By Varun Choudhary Co-Founder & Chief Executive Officer at ORO
AI agents have grown astronomically in recent years, with some forecasts predicting they’ll cross 2.2 billion by 2030. But most of these agents are AI wrappers, with structurally identical capabilities. In a highly competitive market, AI agents won’t have an edge unless they provide proprietary solutions.

Instead, AI products with specialized models, unique domain knowledge, multi-step pipelines, and feedback-based evaluation frameworks are the pillars of defensibility. Users will spend their time and resources on AI products that solve real-world problems, rather than managing hundreds of AI wrapper-based agents.
AI wrappers are intrinsically fragile
Most AI agents are wrappers with a unique UI/UX and an API call to a foundation model. So, the agent’s value proposition depends on the underlying model’s capabilities.
If AI agent developers replace a GPT model with Claude and generate the same results, that’s even worse. Model agnosticism means the particular AI agent doesn’t have a proprietary market offering.
However, most of these agentic tools create an illusion of easy access without necessarily improving business outcomes. These AI wrappers consume input tokens and may fluently respond to customer queries.
But wrappers fail to have a lasting impact on KPIs like resolution rates and cost per ticket. AI wrappers also perform poorly because the system doesn’t improve over time through internal data feedback.
Since it’s easier to build AI wrappers, developers sometimes create products with identical use cases, thereby fragmenting the agentic market. Consequently, user acquisition costs shoot up, accompanied by pricing challenges as hundreds of wrapped agents compete for the same users.
Enterprise clients also refuse to invest capital for a wrapped AI agent that their teams can build or easily replicate. Eventually, sales stagnate, and clients rely on their homegrown products, with wrappers sending queries to AI models for curated responses.
Moreover, a wrapped AI agent becomes useless once the underlying model providers natively add the same functionalities or significantly improve their capabilities. A user can directly access ChatGPT or its equivalent, provide the context, and generate a similar output.
With no growth in the agent’s characteristics or features, the wrapper inevitably loses value in the long term. That doesn’t mean wrapper-based AI agents are doomed to failure. They can initially get users, generate revenue, and have high retention rates if the UI/UX is better than the underlying model’s interface.
But these AI agents have an infrastructural limitation that AI products don’t have. No wonder that users have started focusing on AI products that compound their performance scores over time.
The defensibility of AI products
Most AI agents improve only if the underlying AI models improve, thereby negating any competitive edge of a particular agent. But there are AI products whose cornerstones are AI models, making them stand out in a crowded market.

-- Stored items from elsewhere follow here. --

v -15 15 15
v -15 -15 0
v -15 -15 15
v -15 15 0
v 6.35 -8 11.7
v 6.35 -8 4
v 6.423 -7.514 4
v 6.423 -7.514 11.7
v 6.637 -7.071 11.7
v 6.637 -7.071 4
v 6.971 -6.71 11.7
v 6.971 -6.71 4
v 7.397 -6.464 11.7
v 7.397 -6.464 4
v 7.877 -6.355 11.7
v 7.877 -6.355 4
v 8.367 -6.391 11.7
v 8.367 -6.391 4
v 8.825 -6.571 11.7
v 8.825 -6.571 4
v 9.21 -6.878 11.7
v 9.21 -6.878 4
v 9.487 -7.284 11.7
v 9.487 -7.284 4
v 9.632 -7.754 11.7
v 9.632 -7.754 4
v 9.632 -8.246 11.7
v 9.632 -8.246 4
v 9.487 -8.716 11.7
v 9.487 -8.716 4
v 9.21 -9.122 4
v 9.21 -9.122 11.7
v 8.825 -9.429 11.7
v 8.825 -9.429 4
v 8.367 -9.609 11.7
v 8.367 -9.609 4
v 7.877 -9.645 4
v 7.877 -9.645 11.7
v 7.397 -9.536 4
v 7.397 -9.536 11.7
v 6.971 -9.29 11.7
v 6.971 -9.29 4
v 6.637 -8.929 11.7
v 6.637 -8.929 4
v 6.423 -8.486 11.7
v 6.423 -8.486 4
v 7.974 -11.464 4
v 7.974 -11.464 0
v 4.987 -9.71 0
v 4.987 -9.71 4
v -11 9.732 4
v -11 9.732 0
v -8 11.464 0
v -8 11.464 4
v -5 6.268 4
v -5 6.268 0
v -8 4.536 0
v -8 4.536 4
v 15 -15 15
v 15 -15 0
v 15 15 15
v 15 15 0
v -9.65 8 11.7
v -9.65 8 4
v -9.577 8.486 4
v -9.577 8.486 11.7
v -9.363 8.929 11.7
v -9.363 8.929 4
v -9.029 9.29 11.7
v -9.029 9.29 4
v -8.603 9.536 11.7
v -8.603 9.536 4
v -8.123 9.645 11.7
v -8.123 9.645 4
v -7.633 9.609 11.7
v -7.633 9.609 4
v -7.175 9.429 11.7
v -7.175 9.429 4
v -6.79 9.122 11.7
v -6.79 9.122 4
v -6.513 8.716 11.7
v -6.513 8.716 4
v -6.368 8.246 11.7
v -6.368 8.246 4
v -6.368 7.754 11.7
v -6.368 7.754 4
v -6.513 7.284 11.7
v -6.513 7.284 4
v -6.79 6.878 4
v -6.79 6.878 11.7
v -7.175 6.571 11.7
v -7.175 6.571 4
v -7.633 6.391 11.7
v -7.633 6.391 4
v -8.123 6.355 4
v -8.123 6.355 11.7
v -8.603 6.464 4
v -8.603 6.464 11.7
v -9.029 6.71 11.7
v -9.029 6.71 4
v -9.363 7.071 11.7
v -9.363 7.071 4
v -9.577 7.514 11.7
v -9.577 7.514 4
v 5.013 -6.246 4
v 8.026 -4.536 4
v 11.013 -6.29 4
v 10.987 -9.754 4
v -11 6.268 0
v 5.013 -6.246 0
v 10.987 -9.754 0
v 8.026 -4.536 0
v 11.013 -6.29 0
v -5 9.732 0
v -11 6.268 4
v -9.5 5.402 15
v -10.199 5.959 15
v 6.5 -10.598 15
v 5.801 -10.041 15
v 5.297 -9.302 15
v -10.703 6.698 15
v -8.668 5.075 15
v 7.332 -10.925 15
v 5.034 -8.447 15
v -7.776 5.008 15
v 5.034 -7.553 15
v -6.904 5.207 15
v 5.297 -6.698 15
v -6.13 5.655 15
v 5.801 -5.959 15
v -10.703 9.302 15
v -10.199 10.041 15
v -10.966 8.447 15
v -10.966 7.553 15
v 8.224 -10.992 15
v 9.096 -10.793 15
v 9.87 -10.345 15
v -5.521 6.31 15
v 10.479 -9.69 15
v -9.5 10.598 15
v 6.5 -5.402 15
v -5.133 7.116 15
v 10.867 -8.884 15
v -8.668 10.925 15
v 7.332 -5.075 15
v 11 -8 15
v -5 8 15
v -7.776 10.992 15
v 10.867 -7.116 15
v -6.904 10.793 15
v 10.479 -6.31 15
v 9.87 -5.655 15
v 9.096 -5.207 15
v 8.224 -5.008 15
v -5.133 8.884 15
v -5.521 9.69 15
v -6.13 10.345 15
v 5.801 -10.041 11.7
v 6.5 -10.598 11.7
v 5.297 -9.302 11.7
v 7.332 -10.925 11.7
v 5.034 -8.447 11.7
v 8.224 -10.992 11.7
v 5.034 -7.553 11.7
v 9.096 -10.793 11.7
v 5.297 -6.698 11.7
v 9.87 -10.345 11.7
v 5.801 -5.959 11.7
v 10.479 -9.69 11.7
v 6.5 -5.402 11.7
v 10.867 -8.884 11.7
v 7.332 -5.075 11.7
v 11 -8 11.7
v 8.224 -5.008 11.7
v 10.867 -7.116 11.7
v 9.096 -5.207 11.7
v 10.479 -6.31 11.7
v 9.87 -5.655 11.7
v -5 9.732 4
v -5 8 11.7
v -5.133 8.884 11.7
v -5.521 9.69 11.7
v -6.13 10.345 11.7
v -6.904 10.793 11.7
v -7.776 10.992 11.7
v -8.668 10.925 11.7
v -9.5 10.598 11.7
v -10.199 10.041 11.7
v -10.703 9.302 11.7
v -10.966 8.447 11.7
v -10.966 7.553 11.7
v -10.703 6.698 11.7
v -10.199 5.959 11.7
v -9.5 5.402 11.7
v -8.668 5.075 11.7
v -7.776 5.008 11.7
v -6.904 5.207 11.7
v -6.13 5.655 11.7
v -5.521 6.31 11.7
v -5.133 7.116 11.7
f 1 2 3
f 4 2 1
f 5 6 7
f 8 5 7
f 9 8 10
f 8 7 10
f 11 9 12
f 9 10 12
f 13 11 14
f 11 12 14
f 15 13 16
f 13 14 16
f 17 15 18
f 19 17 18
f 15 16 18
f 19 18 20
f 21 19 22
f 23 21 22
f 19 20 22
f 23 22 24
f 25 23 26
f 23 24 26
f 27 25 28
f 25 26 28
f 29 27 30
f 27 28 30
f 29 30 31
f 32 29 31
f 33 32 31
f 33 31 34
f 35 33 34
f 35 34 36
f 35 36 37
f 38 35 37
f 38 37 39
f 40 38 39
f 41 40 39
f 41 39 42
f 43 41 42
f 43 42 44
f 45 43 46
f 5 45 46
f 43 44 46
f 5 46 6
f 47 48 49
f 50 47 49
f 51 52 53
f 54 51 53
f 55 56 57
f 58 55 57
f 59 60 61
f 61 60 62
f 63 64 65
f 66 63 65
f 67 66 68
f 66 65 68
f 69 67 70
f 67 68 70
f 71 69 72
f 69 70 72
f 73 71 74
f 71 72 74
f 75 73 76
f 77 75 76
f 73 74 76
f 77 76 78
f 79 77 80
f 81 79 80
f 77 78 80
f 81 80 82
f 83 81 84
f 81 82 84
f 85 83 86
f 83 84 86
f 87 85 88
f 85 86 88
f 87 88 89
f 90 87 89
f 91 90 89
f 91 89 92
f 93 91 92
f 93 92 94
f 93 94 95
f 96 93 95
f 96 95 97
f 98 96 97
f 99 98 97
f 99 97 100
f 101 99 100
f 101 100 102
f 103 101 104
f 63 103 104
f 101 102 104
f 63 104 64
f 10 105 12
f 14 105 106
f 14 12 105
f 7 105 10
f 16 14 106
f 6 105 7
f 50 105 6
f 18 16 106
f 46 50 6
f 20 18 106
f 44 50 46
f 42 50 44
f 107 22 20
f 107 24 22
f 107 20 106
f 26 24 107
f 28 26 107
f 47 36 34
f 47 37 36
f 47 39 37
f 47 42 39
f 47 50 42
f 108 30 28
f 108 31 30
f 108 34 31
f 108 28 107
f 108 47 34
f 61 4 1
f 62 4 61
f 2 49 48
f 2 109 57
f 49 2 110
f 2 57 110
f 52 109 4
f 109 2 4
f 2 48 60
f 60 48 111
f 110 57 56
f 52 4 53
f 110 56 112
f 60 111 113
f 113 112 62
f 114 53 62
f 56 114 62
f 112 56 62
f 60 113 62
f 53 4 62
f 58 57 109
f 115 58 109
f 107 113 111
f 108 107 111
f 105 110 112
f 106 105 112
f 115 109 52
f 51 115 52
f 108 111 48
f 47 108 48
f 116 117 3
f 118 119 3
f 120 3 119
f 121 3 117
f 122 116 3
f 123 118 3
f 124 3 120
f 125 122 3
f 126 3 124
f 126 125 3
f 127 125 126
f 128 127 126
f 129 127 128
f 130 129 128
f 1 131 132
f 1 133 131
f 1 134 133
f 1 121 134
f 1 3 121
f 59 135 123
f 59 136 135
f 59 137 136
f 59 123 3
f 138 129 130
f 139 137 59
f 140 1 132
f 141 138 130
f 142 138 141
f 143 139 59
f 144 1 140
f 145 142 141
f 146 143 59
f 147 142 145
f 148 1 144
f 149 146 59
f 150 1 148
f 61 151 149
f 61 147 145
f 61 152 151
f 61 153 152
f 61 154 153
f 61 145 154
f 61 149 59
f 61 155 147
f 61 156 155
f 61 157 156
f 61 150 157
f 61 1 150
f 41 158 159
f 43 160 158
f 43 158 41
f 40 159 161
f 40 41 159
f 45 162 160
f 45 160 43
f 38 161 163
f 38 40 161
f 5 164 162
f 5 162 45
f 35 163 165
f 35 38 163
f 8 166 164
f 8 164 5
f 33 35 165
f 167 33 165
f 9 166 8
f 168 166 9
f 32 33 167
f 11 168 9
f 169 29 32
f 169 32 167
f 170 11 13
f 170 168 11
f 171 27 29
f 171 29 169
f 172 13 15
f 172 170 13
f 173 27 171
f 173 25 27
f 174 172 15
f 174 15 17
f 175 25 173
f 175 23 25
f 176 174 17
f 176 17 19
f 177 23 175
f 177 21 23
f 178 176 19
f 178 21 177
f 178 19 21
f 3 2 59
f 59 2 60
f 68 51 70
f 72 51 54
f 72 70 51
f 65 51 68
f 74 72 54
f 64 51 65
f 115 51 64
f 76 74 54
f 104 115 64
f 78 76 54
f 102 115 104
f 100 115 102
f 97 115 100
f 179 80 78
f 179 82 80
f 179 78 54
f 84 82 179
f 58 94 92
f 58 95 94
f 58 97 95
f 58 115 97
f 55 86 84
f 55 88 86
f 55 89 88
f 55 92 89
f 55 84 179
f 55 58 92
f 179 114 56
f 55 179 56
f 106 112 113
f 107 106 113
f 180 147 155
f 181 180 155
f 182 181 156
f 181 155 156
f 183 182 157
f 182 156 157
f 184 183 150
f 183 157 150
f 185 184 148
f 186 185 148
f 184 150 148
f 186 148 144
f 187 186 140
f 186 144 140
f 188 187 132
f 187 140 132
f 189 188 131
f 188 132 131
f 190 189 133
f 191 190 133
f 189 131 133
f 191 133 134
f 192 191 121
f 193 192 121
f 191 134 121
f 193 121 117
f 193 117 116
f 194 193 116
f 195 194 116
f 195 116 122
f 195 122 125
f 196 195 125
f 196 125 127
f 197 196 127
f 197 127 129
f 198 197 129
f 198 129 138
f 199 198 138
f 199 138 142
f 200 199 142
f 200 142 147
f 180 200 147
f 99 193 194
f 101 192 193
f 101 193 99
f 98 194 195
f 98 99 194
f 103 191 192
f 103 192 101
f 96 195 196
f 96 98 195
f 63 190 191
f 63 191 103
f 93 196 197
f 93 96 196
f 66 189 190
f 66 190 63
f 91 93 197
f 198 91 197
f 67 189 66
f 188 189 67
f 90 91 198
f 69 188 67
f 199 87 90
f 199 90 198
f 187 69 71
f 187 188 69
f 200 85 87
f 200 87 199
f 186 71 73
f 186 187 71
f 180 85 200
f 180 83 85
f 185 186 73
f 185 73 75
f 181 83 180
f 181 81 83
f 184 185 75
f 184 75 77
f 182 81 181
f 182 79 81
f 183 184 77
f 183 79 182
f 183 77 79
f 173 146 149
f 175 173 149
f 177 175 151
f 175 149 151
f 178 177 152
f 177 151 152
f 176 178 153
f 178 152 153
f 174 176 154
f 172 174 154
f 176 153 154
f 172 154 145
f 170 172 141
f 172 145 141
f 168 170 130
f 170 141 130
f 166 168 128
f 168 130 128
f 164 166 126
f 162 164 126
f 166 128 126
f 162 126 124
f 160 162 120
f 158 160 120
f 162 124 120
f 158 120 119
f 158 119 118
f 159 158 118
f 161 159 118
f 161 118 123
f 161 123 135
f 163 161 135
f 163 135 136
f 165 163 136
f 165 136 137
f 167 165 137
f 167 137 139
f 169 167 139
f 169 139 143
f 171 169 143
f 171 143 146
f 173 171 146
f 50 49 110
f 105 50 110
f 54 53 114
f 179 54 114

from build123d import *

# Parameters (mm, degrees)
F0_W           = 30
F0_H           = 30
F1_DEPTH       = 15
F3_D           = 3.3
F3_CBORE_D     = 6
F3_CBORE_DEPTH = 3.3
F5_DEPTH       = 4


with BuildPart() as f1:
    # F0 (on Top) → F1 (new body)
    with BuildSketch(Plane.XY):
        Rectangle(F0_W, F0_H)
    extrude(amount=F1_DEPTH)

    # F3 (through all)
    with Locations(Plane.XY.offset(15)):
        with Locations((-8, 8), (8, -8)):
            CounterBoreHole(F3_D / 2, F3_CBORE_D / 2, F3_CBORE_DEPTH)

    # F4 (on face) → F5 (cut)
    with BuildSketch(Plane(origin=(0, 0, 0), x_dir=(1, 0, 0), z_dir=(0, 0, -1))):
        Polygon((-5, -9.732051), (-5, -6.267949), (-8, -4.535898), (-11, -6.267949), (-11, -9.732051), (-8, -11.464102), align=None)
        Polygon((8.025555, 4.535993), (11.012696, 6.290127), (10.987141, 9.754135), (7.974445, 11.464007), (4.987304, 9.709873), (5.012859, 6.245865), align=None)
    extrude(amount=-F5_DEPTH, mode=Mode.SUBTRACT)


solid = f1.part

One of the most important differentiators of AI products is their proprietary domain knowledge. The AI products whose models are trained on exclusive business data or user-generated queries are impossible to replicate. Competitors don’t have access to an AI product’s data moats and thus remain limited in scope.
AI products that leverage specialized domain-specific data and accumulated expertise get a structural advantage. These products can tap into user interactions and edge cases that entrench product accuracy and compound performance over time.
Each output rating, request for correction, and behavioral sign directly contributes to product improvement. Whereas wrapper-based AI agents can’t avail themselves of the same benefits because they’re limited to providing UI/UX without any control over feedback data.
AI products become more efficient as they scale operations, with model fine-tuning as a crucial aspect of product development. Besides model tuning, RAG enhances product performance by understanding information structure and handling multiple sources to retrieve relevant content.
When an AI product has its own proprietary datasets and a rich internal knowledge corpus, RAG systems have an edge over wrappers. That’s because AI wrappers simply have access to the model API but not to the information base.
Unlike generic wrapped agents, AI products deal with complex multi-step workflows that include error handling and decision logic design. Such pipelines refine AI products, as they get better through learning patterns and specific, internal knowledge.
Therefore, the message is clear: AI wrappers can package capabilities into user-friendly interfaces, but they’ll always remain dependent on the underlying AI models. So, wrapped AI agents will be accessible and adoptable in the short term, but difficult to improve separately from AI models.
AI wrapper-based agents’ destiny lies in their death as interfaces, not as transformative systems. Ultimately, it’ll be AI products that control business outcomes, while wrapper agents remain limited to mere interaction points. And that’s why users will spend time on AI products and not worry about managing agents.